The System of Profound Knowledge was developed by W. Edwards Deming across a lifetime of improvement work. It provides a map of theory by which to understand the organizations that we work in. The theory has four parts that interact to form the science of improvement: (1) Appreciation for a System, (2) Knowledge about Variation, (3) Theory of Knowledge, and (4) Psychology. 

The aim of this month’s post is to describe the Knowledge about Variation component.

What Does the Data Tell Us?

There is variation in everything we observe and measure in schools. Knowledge about Variation provides a tool kit by which to understand this variation. Educators are inundated with data, but what’s much more difficult is knowing how to interpret and make sound decisions with it. Do this year’s state test scores indicate that our district is improving? Was last month’s drop in per pupil revenue a sign of things to come? Did attendance rates improve this week because of the intervention we put in place or was it due to something else? The ability to answer questions like these is fundamental to our ability to make improvements.

USN’s schools started the 2020-2021 school year using a remote learning model. An 8th grade math teacher was concerned about daily engagement rates because of his experience with remote learning from the previous spring when schools were initially shut down because of the pandemic. He defined a student as engaged when they completed the math practice set that accompanied each lesson video. Table 1 displays the engagement rates for his students for the first 24 days of the school year.

Table 1. 8th Grade Math Engagement Data

If you were working with the 8th grade math teacher, what conclusions would you draw based on these data? Are engagement rates improving or declining? How do we improve engagement rates? Knowledge about Variation is needed to answer these questions and to take appropriate action.

Shewhart’s Influence

W. Edwards Deming’s understanding of variation was heavily influenced by Dr. Walter A. Shewhart, a physicist at Bell Labs who developed a theory for variation as well as a tool called a control chart in the 1920s. Control charts are sometimes referred to as Shewhart charts or process behavior charts. 
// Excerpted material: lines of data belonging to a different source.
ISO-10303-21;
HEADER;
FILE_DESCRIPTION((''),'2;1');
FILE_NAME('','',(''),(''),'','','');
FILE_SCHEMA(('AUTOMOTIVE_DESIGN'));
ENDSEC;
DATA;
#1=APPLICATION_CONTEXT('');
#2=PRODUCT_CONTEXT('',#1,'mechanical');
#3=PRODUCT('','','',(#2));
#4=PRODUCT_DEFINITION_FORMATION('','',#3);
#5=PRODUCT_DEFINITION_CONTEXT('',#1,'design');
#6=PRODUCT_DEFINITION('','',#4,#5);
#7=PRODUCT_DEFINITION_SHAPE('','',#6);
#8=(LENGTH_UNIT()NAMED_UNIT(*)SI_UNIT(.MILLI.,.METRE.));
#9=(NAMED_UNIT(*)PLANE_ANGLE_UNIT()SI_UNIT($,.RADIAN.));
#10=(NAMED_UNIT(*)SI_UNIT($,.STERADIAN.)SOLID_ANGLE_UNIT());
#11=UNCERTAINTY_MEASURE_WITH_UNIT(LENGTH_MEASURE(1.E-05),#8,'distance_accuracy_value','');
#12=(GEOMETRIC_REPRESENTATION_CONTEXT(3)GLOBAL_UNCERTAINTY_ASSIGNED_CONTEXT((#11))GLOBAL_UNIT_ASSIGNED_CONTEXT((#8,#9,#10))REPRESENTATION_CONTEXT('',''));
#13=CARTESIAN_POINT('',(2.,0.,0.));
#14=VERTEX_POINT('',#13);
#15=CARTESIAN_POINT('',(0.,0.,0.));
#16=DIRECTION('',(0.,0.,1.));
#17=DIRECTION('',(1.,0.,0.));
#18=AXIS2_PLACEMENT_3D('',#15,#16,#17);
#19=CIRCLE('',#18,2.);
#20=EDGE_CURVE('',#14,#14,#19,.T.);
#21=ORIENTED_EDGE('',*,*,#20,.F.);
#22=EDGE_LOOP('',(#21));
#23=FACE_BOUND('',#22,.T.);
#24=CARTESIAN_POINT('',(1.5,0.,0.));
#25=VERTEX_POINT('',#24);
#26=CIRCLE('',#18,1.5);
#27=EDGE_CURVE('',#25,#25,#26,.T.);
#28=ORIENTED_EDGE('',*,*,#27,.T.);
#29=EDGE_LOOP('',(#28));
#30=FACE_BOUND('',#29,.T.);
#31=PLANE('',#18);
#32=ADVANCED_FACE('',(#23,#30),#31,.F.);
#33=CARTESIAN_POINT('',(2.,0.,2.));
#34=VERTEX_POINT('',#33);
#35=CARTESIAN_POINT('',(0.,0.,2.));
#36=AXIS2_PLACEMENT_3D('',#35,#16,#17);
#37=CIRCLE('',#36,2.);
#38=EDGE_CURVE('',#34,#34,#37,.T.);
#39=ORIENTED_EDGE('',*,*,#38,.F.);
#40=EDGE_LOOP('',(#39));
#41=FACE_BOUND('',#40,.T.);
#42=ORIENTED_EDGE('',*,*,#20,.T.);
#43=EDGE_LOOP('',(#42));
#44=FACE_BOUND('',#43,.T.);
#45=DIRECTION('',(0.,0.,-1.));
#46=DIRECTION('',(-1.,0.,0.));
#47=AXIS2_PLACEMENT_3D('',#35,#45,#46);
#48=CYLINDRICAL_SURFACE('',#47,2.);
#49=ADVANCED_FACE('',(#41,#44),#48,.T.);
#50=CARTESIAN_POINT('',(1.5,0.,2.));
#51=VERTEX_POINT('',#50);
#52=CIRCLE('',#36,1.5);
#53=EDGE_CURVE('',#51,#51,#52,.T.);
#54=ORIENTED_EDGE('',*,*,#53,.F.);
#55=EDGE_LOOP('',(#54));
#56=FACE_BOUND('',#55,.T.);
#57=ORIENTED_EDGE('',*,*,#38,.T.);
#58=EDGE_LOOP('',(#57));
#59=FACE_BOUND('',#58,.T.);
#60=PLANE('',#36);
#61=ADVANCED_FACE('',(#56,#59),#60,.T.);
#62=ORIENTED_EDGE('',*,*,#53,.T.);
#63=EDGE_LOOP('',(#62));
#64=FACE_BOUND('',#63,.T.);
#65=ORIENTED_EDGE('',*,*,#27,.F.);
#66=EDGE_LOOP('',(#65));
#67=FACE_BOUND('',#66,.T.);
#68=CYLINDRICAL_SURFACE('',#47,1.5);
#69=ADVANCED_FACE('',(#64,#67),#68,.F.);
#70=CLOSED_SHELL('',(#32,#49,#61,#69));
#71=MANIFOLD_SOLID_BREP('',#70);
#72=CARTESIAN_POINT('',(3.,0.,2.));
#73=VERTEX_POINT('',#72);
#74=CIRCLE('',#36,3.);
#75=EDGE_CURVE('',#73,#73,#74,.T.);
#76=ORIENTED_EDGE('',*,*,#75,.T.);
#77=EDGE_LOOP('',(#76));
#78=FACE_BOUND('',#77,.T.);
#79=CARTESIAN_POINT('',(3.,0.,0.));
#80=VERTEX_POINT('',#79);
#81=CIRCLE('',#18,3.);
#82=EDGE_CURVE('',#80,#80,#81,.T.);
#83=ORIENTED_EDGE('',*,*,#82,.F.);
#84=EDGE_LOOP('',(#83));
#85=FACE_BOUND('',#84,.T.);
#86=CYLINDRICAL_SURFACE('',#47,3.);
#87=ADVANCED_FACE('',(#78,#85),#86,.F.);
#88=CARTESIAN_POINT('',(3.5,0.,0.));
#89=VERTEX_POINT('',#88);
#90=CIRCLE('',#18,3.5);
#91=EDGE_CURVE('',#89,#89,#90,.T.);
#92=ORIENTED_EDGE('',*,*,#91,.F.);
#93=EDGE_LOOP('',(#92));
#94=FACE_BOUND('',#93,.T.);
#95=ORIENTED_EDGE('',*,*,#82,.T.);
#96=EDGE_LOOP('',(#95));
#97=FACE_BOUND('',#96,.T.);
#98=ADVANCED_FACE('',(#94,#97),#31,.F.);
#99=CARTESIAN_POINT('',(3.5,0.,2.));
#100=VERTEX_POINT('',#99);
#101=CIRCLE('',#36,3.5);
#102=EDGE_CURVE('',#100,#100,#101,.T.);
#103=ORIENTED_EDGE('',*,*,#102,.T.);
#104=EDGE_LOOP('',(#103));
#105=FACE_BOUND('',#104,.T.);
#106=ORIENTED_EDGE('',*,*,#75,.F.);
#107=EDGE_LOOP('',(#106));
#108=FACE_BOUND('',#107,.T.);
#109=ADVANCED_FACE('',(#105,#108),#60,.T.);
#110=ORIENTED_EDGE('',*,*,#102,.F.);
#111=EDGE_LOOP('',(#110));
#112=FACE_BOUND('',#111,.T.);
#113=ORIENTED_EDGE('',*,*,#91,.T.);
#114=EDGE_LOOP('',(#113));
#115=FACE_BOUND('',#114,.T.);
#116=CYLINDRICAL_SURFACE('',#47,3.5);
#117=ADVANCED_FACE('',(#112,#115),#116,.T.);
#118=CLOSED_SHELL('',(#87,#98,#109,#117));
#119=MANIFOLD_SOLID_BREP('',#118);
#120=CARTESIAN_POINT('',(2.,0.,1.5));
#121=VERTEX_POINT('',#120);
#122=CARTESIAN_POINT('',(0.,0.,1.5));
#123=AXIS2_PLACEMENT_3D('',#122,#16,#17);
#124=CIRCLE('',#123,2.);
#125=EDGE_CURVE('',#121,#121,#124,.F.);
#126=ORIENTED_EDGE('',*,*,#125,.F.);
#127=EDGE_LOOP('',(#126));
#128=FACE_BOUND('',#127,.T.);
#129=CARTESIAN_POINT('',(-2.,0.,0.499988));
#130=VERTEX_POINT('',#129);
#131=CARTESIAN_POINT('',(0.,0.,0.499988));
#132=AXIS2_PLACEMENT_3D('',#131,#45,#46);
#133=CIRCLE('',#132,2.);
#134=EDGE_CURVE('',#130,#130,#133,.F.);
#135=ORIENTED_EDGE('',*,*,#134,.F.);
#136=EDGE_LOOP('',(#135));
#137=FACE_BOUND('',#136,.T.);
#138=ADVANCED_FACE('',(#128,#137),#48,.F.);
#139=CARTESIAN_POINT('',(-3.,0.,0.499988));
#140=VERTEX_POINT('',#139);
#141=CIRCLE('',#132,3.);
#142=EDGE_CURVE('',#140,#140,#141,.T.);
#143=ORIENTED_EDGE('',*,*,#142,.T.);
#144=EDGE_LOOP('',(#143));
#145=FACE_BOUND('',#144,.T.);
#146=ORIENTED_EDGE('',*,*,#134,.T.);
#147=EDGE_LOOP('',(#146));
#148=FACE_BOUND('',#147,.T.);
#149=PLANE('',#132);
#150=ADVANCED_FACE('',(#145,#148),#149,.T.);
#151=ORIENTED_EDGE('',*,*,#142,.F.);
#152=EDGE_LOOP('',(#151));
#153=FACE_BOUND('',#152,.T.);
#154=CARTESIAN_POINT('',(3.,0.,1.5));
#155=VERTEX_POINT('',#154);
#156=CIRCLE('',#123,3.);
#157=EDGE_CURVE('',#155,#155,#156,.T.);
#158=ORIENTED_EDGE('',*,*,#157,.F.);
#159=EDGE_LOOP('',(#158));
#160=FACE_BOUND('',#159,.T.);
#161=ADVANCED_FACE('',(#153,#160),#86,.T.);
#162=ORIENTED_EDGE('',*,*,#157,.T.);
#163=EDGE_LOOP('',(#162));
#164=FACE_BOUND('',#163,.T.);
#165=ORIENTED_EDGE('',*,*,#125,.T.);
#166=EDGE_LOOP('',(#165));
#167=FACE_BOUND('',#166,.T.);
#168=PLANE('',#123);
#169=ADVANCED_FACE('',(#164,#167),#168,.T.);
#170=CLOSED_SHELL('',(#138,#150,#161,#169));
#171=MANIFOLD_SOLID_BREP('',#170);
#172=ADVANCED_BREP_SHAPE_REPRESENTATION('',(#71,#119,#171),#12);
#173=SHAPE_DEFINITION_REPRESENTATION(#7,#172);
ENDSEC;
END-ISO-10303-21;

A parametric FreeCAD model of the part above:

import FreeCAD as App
import Part
import Sketcher
Q = App.Units.Quantity

doc = App.newDocument("Part")
body = doc.addObject("PartDesign::Body", "Body")

# Sketch on XY plane
sketch1 = doc.addObject("Sketcher::SketchObject", "Sketch")
body.addObject(sketch1)
sketch1.AttachmentSupport = (doc.XY_Plane, [""])
sketch1.MapMode = "FlatFace"
sketch1.addGeometry([
    Part.Circle(App.Vector(0, 0, 0), App.Vector(0, 0, 1), 3.5),
    Part.Circle(App.Vector(0, 0, 0), App.Vector(0, 0, 1), 3),
], False)
sketch1.addConstraint([
    Sketcher.Constraint("Coincident", 0, 3, -1, 1),
    Sketcher.Constraint("Coincident", 1, 3, -1, 1),
    Sketcher.Constraint("Diameter", 0, Q("7 mm")),
    Sketcher.Constraint("Diameter", 1, Q("6 mm")),
])
pad1 = doc.addObject("PartDesign::Pad", "Pad")
body.addObject(pad1)
pad1.Profile = sketch1
pad1.Length = 2
body2 = doc.addObject("PartDesign::Body", "Body001")

# Sketch on XY plane
sketch2 = doc.addObject("Sketcher::SketchObject", "Sketch001")
body2.addObject(sketch2)
sketch2.AttachmentSupport = (doc.getObject("XY_Plane001"), [""])
sketch2.MapMode = "FlatFace"
sketch2.addGeometry([
    Part.Circle(App.Vector(0, 0, 0), App.Vector(0, 0, 1), 2),
    Part.Circle(App.Vector(0, 0, 0), App.Vector(0, 0, 1), 1.5),
], False)
sketch2.addConstraint([
    Sketcher.Constraint("Coincident", 0, 3, -1, 1),
    Sketcher.Constraint("Coincident", 1, 3, -1, 1),
    Sketcher.Constraint("Diameter", 0, Q("4 mm")),
    Sketcher.Constraint("Diameter", 1, Q("3 mm")),
])
pad2 = doc.addObject("PartDesign::Pad", "Pad001")
body2.addObject(pad2)
pad2.Profile = sketch2
pad2.Length = 2
body3 = doc.addObject("PartDesign::Body", "Body002")

# Sketch on XY plane
sketch3 = doc.addObject("Sketcher::SketchObject", "Sketch002")
body3.addObject(sketch3)
sketch3.AttachmentSupport = (doc.getObject("XY_Plane002"), [""])
sketch3.MapMode = "FlatFace"
sketch3.AttachmentOffset = App.Placement(App.Vector(0, 0, -0.000012), App.Rotation())
sketch3.addGeometry([
    Part.Circle(App.Vector(0, 0, 0), App.Vector(0, 0, 1), 3),
    Part.Circle(App.Vector(0, 0, 0), App.Vector(0, 0, 1), 2),
], False)
sketch3.addConstraint([
    Sketcher.Constraint("Coincident", 0, 3, -1, 1),
    Sketcher.Constraint("Coincident", 1, 3, -1, 1),
    Sketcher.Constraint("Diameter", 0, Q("6 mm")),
    Sketcher.Constraint("Diameter", 1, Q("4 mm")),
])
pad3 = doc.addObject("PartDesign::Pad", "Pad002")
body3.addObject(pad3)
pad3.Profile = sketch3
pad3.Length = 2.000012

# Sketch on XY plane
sketch4 = doc.addObject("Sketcher::SketchObject", "Sketch003")
body3.addObject(sketch4)
sketch4.AttachmentSupport = (doc.getObject("XY_Plane002"), [""])
sketch4.MapMode = "FlatFace"
sketch4.AttachmentOffset = App.Placement(App.Vector(0, 0, -0.000012), App.Rotation())
sketch4.addGeometry([
    Part.Circle(App.Vector(0, 0, 0), App.Vector(0, 0, 1), 3),
    Part.Circle(App.Vector(0, 0, 0), App.Vector(0, 0, 1), 2),
], False)
sketch4.addConstraint([
    Sketcher.Constraint("Coincident", 0, 3, -1, 1),
    Sketcher.Constraint("Coincident", 1, 3, -1, 1),
    Sketcher.Constraint("Diameter", 0, Q("6 mm")),
    Sketcher.Constraint("Diameter", 1, Q("4 mm")),
])
pocket1 = doc.addObject("PartDesign::Pocket", "Pocket")
body3.addObject(pocket1)
pocket1.Profile = sketch4
pocket1.Length = 0.5
pocket1.Reversed = True

# Sketch on XY plane
sketch5 = doc.addObject("Sketcher::SketchObject", "Sketch004")
body3.addObject(sketch5)
sketch5.AttachmentSupport = (doc.getObject("XY_Plane002"), [""])
sketch5.MapMode = "FlatFace"
sketch5.AttachmentOffset = App.Placement(App.Vector(0, 0, 1.5), App.Rotation())
sketch5.addGeometry([
    Part.Circle(App.Vector(0, 0, 0), App.Vector(0, 0, 1), 3),
    Part.Circle(App.Vector(0, 0, 0), App.Vector(0, 0, 1), 2),
], False)
sketch5.addConstraint([
    Sketcher.Constraint("Coincident", 0, 3, -1, 1),
    Sketcher.Constraint("Coincident", 1, 3, -1, 1),
    Sketcher.Constraint("Diameter", 0, Q("6 mm")),
    Sketcher.Constraint("Diameter", 1, Q("4 mm")),
])
pocket2 = doc.addObject("PartDesign::Pocket", "Pocket001")
body3.addObject(pocket2)
pocket2.Profile = sketch5
pocket2.Length = 0.5
pocket2.Reversed = True

doc.recompute()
Shewhart’s theory emphasizes the importance of plotting data over time, what I’ve come to call plotting the dots. Plotting data on a chart and connecting consecutive points with a line makes analysis far more intuitive than data stored in a table like Table 1.  Process behavior charts examine data from a process (or system)  to determine if the process is predictable or unpredictable. Shewhart’s Theory of Variation employs the process behavior chart to separate these two situations, the predictable and the unpredictable, based on the patterns of variation in our data over time. One pattern of variation includes common causes (aka “controlled variation” or “noise”). Common cause variation includes causes that are inherent in a process over time and affect every outcome of the process and everyone working in the process. A second pattern of variation includes special causes (aka “uncontrolled variation” or “signal”). Special cause variation is a name for sources of variation that are not part of the process all the time, or do not affect everyone, but arise because of specific circumstances. Figure 1 displays the math engagement data in a process behavior chart.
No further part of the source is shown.